Many of those in the criminal justice system, (particularly women), have been ‘done to’ all their lives and need charities to step up by ‘doing with’ them to create meaningful change, willing to accept that organisations don’t, despite their power and influence, necessarily know what is best for people. Charities campaigning in the criminal justice system could do more to elevate the voices of those with lived experience and diversity of opinion to the forefront of their campaigns. In outside track campaigns they could potentially change public perceptions of people who commit crimes.

There is no doubt that influencing policy makers remains a vital route to impact, but what I’m hearing from the sector is that it isn’t—and shouldn’t be—the only approach. Mobilising the public through ‘outside track’ campaigns, systems thinking and addressing the intersections of criminal justice with a wider picture of social issues—framing criminalisation as an outcome of other social failures as much as it is a ‘need’—are all some of the ways that criminal justice campaigning could evolve in 2018.
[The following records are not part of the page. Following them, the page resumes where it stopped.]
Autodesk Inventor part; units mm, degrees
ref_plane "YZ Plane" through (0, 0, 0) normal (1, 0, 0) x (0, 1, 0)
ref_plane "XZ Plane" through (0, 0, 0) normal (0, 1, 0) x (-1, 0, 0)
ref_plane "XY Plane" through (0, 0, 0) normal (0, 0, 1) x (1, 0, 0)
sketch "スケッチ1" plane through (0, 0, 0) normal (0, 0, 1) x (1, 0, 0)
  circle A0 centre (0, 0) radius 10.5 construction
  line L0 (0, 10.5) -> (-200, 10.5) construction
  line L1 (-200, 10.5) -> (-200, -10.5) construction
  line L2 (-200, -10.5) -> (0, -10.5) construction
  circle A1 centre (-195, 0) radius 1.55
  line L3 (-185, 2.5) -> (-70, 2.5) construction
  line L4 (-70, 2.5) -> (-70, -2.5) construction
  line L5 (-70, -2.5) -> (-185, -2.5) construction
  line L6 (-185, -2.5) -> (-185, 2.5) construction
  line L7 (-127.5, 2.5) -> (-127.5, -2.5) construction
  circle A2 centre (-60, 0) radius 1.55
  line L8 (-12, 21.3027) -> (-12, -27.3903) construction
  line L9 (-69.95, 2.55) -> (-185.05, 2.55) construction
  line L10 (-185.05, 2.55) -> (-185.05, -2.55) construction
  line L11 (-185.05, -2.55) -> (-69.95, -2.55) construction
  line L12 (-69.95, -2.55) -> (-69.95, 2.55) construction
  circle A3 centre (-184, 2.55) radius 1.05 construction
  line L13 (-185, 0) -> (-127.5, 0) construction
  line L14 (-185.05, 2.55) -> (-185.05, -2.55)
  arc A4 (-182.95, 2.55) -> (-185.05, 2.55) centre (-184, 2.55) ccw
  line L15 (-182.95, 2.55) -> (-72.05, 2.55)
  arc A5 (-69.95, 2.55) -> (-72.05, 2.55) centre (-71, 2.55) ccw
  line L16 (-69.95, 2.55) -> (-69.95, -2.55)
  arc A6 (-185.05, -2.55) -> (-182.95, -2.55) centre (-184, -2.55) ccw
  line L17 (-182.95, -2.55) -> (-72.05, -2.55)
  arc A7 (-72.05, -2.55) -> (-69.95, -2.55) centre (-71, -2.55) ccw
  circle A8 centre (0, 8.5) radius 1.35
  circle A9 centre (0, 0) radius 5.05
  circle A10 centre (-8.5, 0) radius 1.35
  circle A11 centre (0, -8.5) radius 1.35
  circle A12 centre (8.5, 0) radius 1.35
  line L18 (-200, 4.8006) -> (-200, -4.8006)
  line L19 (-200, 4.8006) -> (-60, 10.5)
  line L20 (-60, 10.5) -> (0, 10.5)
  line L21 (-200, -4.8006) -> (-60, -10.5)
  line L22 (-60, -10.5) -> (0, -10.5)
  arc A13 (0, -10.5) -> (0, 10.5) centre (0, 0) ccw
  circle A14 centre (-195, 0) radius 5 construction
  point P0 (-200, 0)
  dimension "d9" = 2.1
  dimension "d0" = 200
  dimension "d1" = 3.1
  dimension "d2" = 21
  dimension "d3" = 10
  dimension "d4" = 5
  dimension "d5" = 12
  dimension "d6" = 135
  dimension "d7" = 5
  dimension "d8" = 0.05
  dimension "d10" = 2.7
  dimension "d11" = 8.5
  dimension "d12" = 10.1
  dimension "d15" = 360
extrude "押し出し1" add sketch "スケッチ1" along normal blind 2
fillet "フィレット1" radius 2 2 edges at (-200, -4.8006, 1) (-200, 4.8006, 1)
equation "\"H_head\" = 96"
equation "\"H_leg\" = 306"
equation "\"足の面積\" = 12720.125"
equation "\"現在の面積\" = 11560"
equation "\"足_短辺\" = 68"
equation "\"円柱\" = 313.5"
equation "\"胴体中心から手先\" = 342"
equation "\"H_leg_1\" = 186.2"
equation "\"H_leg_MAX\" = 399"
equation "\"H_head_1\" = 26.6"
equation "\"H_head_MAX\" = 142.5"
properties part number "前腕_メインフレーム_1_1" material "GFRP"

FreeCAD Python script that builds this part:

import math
import FreeCAD as App
import Part
import Sketcher

V = App.Vector


def edges_at(feature, points):
    """Names of the edges that pass closest to the given points."""
    edges = feature.Shape.Edges
    near = lambda p: min(range(len(edges)), key=lambda i: edges[i].distToShape(Part.Vertex(*p))[0])
    return sorted({f"Edge{near(p) + 1}" for p in points})

doc = App.newDocument("Part")
body = doc.addObject("PartDesign::Body", "Body")

# Sketch on XY plane
sketch1 = body.newObject("Sketcher::SketchObject", "Sketch")
sketch1.AttachmentSupport = (doc.getObject("XY_Plane"), [""])
sketch1.MapMode = "FlatFace"
sketch1.addGeometry([
    Part.LineSegment(V(-60, 10.5, 0), V(-200, 4.8, 0)),  # 0
    Part.LineSegment(V(-200, 4.8, 0), V(-200, -4.8, 0)),  # 1
    Part.LineSegment(V(-200, -4.8, 0), V(-60, -10.5, 0)),  # 2
    Part.LineSegment(V(-60, -10.5, 0), V(0, -10.5, 0)),  # 3
    Part.ArcOfCircle(Part.Circle(V(0, 0, 0), V(0, 0, 1), 10.5), math.radians(-90), math.radians(90)),  # 4
    Part.LineSegment(V(0, 10.5, 0), V(-60, 10.5, 0)),  # 5
    Part.Circle(V(0, -8.5, 0), V(0, 0, 1), 1.4),  # 6
    Part.Circle(V(-195, 0, 0), V(0, 0, 1), 1.6),  # 7
    Part.LineSegment(V(-185.1, -2.5, 0), V(-185.1, 2.5, 0)),  # 8
    Part.ArcOfCircle(Part.Circle(V(-184, 2.5, 0), V(0, 0, 1), 1.1), math.radians(0), math.radians(180)),  # 9
    Part.LineSegment(V(-182.9, 2.5, 0), V(-72, 2.5, 0)),  # 10
    Part.ArcOfCircle(Part.Circle(V(-71, 2.5, 0), V(0, 0, 1), 1), math.radians(0), math.radians(180)),  # 11
    Part.LineSegment(V(-70, 2.5, 0), V(-70, -2.5, 0)),  # 12
    Part.ArcOfCircle(Part.Circle(V(-71, -2.5, 0), V(0, 0, 1), 1), math.radians(180), math.radians(360)),  # 13
    Part.LineSegment(V(-72, -2.5, 0), V(-182.9, -2.5, 0)),  # 14
    Part.ArcOfCircle(Part.Circle(V(-184, -2.5, 0), V(0, 0, 1), 1.1), math.radians(180), math.radians(360)),  # 15
    Part.Circle(V(-60, 0, 0), V(0, 0, 1), 1.6),  # 16
    Part.Circle(V(-8.5, 0, 0), V(0, 0, 1), 1.4),  # 17
    Part.Circle(V(0, 0, 0), V(0, 0, 1), 5),  # 18
    Part.Circle(V(8.5, 0, 0), V(0, 0, 1), 1.4),  # 19
    Part.Circle(V(0, 8.5, 0), V(0, 0, 1), 1.4),  # 20
], False)
sketch1.addConstraint([
    Sketcher.Constraint("Coincident", 0, 2, 1, 1),
    Sketcher.Constraint("Coincident", 1, 2, 2, 1),
    Sketcher.Constraint("Coincident", 2, 2, 3, 1),
    Sketcher.Constraint("Tangent", 3, 2, 4, 1),
    Sketcher.Constraint("Tangent", 4, 2, 5, 1),
    Sketcher.Constraint("Coincident", 5, 2, 0, 1),
    Sketcher.Constraint("Tangent", 8, 2, 9, 2),
    Sketcher.Constraint("Coincident", 9, 1, 10, 1),
    Sketcher.Constraint("Coincident", 10, 2, 11, 2),
    Sketcher.Constraint("Tangent", 11, 1, 12, 1),
    Sketcher.Constraint("Tangent", 12, 2, 13, 2),
    Sketcher.Constraint("Coincident", 13, 1, 14, 1),
    Sketcher.Constraint("Coincident", 14, 2, 15, 2),
    Sketcher.Constraint("Tangent", 15, 1, 8, 1),
    Sketcher.Constraint("Vertical", 1),
    Sketcher.Constraint("Horizontal", 3),
    Sketcher.Constraint("Horizontal", 5),
    Sketcher.Constraint("Vertical", 8),
    Sketcher.Constraint("Horizontal", 10),
    Sketcher.Constraint("Vertical", 12),
    Sketcher.Constraint("Horizontal", 14),
    Sketcher.Constraint("Coincident", 4, 3, -1, 1),
    Sketcher.Constraint("Coincident", 18, 3, -1, 1),
    Sketcher.Constraint("Equal", 9, 11),
    Sketcher.Constraint("Equal", 11, 13),
    Sketcher.Constraint("Equal", 13, 15),
    Sketcher.Constraint("Equal", 7, 16),
    Sketcher.Constraint("Equal", 6, 17),
    Sketcher.Constraint("Equal", 17, 19),
    Sketcher.Constraint("Equal", 19, 20),
    Sketcher.Constraint("Symmetric", 17, 3, 19, 3, -1, 1),
    Sketcher.Constraint("Symmetric", 6, 3, 20, 3, -1, 1),
    Sketcher.Constraint("PointOnObject", 6, 3, -2),
    Sketcher.Constraint("PointOnObject", 7, 3, -1),
    Sketcher.Constraint("PointOnObject", 16, 3, -1),
    Sketcher.Constraint("PointOnObject", 17, 3, -1),
    Sketcher.Constraint("Horizontal", 9, 3, 11, 3),
    Sketcher.Constraint("Horizontal", 13, 3, 15, 3),
    Sketcher.Constraint("Horizontal", 8, 2, 9, 1),
    Sketcher.Constraint("Horizontal", 12, 2, 13, 1),
    Sketcher.Constraint("Vertical", 16, 3, 2, 2),
    Sketcher.Constraint("Vertical", 2, 2, 5, 2),
    Sketcher.Constraint("Equal", 0, 2),
    Sketcher.Constraint("Diameter", 6, 2.7),
    Sketcher.Constraint("Diameter", 7, 3.1),
    Sketcher.Constraint("Diameter", 18, 10.1),
    Sketcher.Constraint("Radius", 4, 10.5),
    Sketcher.Constraint("Radius", 9, 1.05),
    Sketcher.Constraint("DistanceX", 0, 2, -1, 1, 200.0),
    Sketcher.Constraint("DistanceX", 0, 2, 7, 3, 5.0),
    Sketcher.Constraint("DistanceY", 6, 3, -1, 1, 8.5),
    Sketcher.Constraint("DistanceX", 17, 3, -1, 1, 8.5),
    Sketcher.Constraint("DistanceX", 3, 1, 3, 2, 60.0),
    Sketcher.Constraint("DistanceX", 10, 1, 10, 2, 110.9),
    Sketcher.Constraint("DistanceY", 8, 1, 8, 2, 5.1),
    Sketcher.Constraint("DistanceX", 9, 3, -1, 1, 184.0),
    Sketcher.Constraint("DistanceY", -1, 1, 9, 3, 2.55),
    Sketcher.Constraint("Distance", 0, 140.116),
])
pad1 = body.newObject("PartDesign::Pad", "Pad")
pad1.Profile = sketch1
pad1.Length = 2
doc.recompute()

fillet = body.newObject("PartDesign::Fillet", "Fillet")
fillet.Base = (pad1, edges_at(pad1, [(-200, -4.801, 1), (-200, 4.801, 1)]))
fillet.Radius = 2

doc.recompute()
Join the conversation on Twitter via @NPCthinks and @GraceWyld 

Many thanks to the following for contributing their time and knowledge to our research:

  • Anita Dockley, Howard League for Penal Reform
  • Christopher Stacey, Unlock
  • John Drew, Former director of the Youth Justice Board and chair of the Criminal Justice Alliance
  • Joy Doal, Anawim
  • Julian Corner, Lankelly Chase
  • Juliet Lyon, Chair of the independent advisory panel on deaths in custody
  • Kate Paradine, Women in Prison
  • Katherine Sacks-Jones, Agenda
  • Max Rutherford, Barrow Cadbury Trust
  • Penelope Gibbs, Transform Justice
  • Richard Garside and Will McMahon, The Centre for Crime and Justice Studies

 

[1] Transform Justice’s ‘Reframing Justice: a handy guide’ begins by asking us, as a sector, to avoid triggering beliefs such as ‘crime is an individual, rational choice’ and instead to talk about the societal causes of crime and alternatives to prison. Penelope Gibbs, its director, encourages storytelling to communicate the criminal justice system, using the image of ‘crime current,’ which can be so powerful it is hard to break out of.

[2] The poll offered a range of measures to prevent crime and disorder, and most people (84%) considered that better supervision of young people by parents would be effective, followed by ‘better mental health care’ (80%). Less than two-thirds (65%) considered that a prison sentence would be effective in preventing crime and disorder.